ADR-090: AI is the scaffold; pipelines are the runtime
Status: Accepted Date: 2026-04-25 Related: ADR-067 (playbooks unified), ADR-068 (playbook runtime), ADR-072 (infra as playbooks), ADR-083 (rule promotion), ADR-086 (structural rule graduation)
Decision
The Gyrum platform is built on a two-phase contract. Phase 1 (today): AI agents help author, debug, and extend playbooks — the human talks to Claude, Claude writes the YAML + ansible + cloud-init + outbound-toolkit code, the human reviews and iterates. Phase 2 (target): operators fire playbooks directly — gyrum-fire-playbook provision-and-deploy-warp — and the pipeline runs end-to-end without any AI in the decision loop.
AI remains available for NEW capability development, but every established workflow graduates out of AI-dependence. Calling the pipeline is the stable API; AI is just what got us to the pipeline faster. This is not an accident of the tooling — it is the design.
Context
The Gyrum platform has been running on this two-phase model since ADR-067 unified playbooks as the canonical primitive, but the model itself was never named in an ADR. Every shipped pipeline (warp deploy, distill provisioning, observability lifecycle, host security lifecycle) was authored AI-assisted and then shipped to operate AI-free, yet the principle was implicit. As the platform's playbook surface grew past 30+ canonical pipelines in April 2026, the implicit assumption started leaking: some proposals quietly assumed AI would be in the operating path, and reviewers had no anchor ADR to point at.

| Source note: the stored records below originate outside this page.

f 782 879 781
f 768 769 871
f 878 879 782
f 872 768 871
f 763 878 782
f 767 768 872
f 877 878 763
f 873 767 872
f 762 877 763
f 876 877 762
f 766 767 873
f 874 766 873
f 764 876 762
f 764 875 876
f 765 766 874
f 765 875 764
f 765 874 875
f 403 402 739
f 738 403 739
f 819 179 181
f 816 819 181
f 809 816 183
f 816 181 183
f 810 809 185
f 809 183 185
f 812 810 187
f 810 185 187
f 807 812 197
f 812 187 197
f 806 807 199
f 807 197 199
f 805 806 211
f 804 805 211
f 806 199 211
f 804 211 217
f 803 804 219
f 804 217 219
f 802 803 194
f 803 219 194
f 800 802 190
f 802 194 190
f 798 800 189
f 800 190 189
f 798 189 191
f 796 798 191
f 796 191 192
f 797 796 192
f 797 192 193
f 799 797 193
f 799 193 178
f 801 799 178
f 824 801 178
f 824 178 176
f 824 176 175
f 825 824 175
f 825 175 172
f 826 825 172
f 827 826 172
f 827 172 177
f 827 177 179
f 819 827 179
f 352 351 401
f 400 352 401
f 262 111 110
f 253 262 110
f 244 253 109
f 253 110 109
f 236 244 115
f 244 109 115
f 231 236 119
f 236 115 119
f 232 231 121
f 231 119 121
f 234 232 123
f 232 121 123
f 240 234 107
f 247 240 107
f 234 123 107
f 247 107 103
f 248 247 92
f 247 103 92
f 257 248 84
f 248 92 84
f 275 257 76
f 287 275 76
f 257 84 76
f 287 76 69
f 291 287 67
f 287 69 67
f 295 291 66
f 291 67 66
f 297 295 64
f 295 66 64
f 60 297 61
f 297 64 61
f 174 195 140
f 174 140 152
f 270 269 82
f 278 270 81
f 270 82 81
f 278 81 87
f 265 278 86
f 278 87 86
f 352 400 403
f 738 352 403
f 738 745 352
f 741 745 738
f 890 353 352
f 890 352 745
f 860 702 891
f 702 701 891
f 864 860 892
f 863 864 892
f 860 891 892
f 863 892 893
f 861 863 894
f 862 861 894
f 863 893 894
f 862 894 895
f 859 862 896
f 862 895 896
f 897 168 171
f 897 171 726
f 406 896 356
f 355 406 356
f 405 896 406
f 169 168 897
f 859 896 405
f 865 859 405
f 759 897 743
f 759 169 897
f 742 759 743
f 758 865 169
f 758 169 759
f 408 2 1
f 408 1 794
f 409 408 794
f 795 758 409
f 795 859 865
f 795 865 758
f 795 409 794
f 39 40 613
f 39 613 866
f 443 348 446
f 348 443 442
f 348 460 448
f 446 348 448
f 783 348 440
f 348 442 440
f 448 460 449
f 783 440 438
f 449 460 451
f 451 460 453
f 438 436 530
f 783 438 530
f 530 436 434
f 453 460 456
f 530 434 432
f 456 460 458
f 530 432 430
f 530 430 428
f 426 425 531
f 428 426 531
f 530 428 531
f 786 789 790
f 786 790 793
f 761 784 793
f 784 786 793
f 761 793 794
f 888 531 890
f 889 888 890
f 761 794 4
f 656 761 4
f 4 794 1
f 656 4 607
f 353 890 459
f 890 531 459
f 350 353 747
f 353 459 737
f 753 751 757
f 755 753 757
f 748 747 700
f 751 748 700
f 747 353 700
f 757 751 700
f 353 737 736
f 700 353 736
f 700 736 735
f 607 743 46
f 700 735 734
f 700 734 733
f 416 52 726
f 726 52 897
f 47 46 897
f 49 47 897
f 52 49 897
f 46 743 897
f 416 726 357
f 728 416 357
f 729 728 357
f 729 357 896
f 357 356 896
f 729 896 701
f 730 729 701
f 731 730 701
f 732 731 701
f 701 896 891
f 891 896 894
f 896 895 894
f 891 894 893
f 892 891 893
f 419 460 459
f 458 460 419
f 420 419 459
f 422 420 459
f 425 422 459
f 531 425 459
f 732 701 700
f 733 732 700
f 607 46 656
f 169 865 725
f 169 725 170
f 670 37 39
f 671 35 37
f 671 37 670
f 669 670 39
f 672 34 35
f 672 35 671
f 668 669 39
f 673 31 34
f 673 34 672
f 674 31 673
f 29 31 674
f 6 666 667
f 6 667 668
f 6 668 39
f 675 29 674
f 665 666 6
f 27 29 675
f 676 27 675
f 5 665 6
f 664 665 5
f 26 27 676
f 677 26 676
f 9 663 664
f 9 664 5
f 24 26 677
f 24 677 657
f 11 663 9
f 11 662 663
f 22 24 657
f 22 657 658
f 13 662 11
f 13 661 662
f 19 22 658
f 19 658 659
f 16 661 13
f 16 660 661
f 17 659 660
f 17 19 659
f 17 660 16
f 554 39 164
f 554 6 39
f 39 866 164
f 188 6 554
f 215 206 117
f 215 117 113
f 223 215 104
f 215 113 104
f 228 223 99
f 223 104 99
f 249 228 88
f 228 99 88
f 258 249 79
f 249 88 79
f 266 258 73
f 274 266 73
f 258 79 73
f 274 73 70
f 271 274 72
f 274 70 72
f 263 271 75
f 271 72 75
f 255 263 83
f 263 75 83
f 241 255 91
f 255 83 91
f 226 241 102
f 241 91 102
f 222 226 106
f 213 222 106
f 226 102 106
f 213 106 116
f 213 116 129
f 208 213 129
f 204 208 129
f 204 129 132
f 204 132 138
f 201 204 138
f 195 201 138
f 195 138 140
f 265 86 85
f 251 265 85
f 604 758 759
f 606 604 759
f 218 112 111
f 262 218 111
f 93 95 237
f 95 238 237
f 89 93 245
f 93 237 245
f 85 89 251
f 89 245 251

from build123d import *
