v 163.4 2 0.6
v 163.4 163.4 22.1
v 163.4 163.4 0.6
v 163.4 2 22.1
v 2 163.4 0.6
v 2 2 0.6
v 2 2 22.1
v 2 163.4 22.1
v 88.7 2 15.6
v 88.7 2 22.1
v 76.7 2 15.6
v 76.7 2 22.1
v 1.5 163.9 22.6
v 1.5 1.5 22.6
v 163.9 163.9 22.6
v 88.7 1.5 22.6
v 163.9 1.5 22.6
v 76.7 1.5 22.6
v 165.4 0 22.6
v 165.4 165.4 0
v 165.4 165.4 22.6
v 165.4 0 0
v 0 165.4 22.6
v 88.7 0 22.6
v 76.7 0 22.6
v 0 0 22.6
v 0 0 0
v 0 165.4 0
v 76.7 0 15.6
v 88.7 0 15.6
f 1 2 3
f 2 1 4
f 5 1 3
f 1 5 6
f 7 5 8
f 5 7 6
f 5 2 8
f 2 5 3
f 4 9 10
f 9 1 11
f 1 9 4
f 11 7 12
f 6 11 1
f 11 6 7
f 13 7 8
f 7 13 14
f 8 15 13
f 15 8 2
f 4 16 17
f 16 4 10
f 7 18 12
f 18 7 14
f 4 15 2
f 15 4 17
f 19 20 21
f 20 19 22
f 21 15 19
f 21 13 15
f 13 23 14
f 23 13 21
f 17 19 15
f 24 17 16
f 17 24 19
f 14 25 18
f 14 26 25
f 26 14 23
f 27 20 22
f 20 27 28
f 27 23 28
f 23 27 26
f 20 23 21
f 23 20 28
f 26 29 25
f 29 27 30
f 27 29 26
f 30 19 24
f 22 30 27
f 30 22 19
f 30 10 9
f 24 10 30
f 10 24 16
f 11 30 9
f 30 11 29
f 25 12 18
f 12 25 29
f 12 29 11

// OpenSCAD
// Front / outer cap with a centred USB notch and a tighter slip fit.
// All dimensions are in millimetres.

rear_outer_size = 161;
clearance_per_side = 0.2;
cap_plate_thickness = 0.6;
cap_wall_thickness = 2;
cap_skirt_depth = 22;
entry_chamfer = 0.5;

cap_inner_size = rear_outer_size + 2 * clearance_per_side; // 161.4 mm
cap_outer_size = cap_inner_size + 2 * cap_wall_thickness;   // 165.4 mm
cap_height = cap_plate_thickness + cap_skirt_depth;         // 22.6 mm

usb_width = 12;
usb_depth = 7;
usb_center_x = cap_outer_size / 2; // 82.7 mm in this part

module cap_cavity_with_entry_chamfer() {
    union() {
        // Main straight cavity.
        translate([
            cap_wall_thickness,
            cap_wall_thickness,
            cap_plate_thickness
        ])
            cube([
                cap_inner_size,
                cap_inner_size,
                cap_skirt_depth - entry_chamfer + 0.01
            ]);

        // 0.5 mm lead-in chamfer at the open edge.
        hull() {
            translate([
                cap_wall_thickness,
                cap_wall_thickness,
                cap_height - entry_chamfer
            ])
                cube([cap_inner_size, cap_inner_size, 0.01]);

            translate([
                cap_wall_thickness - entry_chamfer,
                cap_wall_thickness - entry_chamfer,
                cap_height
            ])
                cube([
                    cap_inner_size + 2 * entry_chamfer,
                    cap_inner_size + 2 * entry_chamfer,
                    0.01
                ]);
        }
    }
}

difference() {
    cube([cap_outer_size, cap_outer_size, cap_height]);
    cap_cavity_with_entry_chamfer();

    // Matching U-shaped USB opening on the bottom/front wall.
    translate([
        usb_center_x - usb_width / 2,
        -0.1,
        cap_height - usb_depth
    ])
        cube([usb_width, cap_wall_thickness + 0.2, usb_depth + 0.1]);
}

A separate force pushed in the same direction: AI session cost (tokens, time, context window) became measurable and non-trivial. Phase 1 work pays for itself once; Phase 1 work that never graduates pays for itself every operator session forever. Without an explicit principle, that asymmetry was invisible at review time.
Why this matters
Three concrete incidents from 2026-04-24/25 make the principle visible.
1. Warp first-deploy. A senior engineer pasted Hetzner/Cloudflare creds, typed one command, and provisioned a production host end-to-end — because the pipeline existed. It took 2+ hours of AI-assisted debugging to write the pipeline (SSH key naming, ufw syntax, vault paths). Once written, the pipeline is stable. Next operator (or me-in-a-month) just fires it.
2. Structural rule graduation (ADR-086). Every prose rule that drifted twice got promoted to a structural check. Hard-wrapped commits became a commit-msg hook. Agent-isolation became auto-workdir. Once the structural default is in place, nobody has to remember the rule. Same shape: AI scaffolded the discovery; the structural gate is the stable runtime.
3. Outbound toolkit (ADR-084 + providers). Every call to Hetzner, Cloudflare, GitHub, Ansible now routes through a typed Go client with journal + retry + error taxonomy. AI drove the scaffolding (four providers in a single session); the toolkit is the stable API — consumers call it forever, with no AI in the call path.
The two-phase model
| Phase | Characteristic | AI role | Human role | Exit / entry criterion |
|---|---|---|---|---|
| 1 — Scaffold | New capability, shape uncertain, iteration required. | Propose structure, write code, debug failures, update docs. | Review, redirect, approve merges. | Capability has stable interface + structural checks + runbook + rollback. |
| 2 — Runtime | Established workflow, interface stable, failure modes documented. | None in the hot path. Available for breaking-change redesign or failure triage (as scaffold-back-to-Phase-1). | Operator fires the pipeline, reads output, responds to alerts. | Operator can run end-to-end without Claude in the loop. |
flowchart TB
A[New capability discovered] --> B[Phase 1: AI scaffolds]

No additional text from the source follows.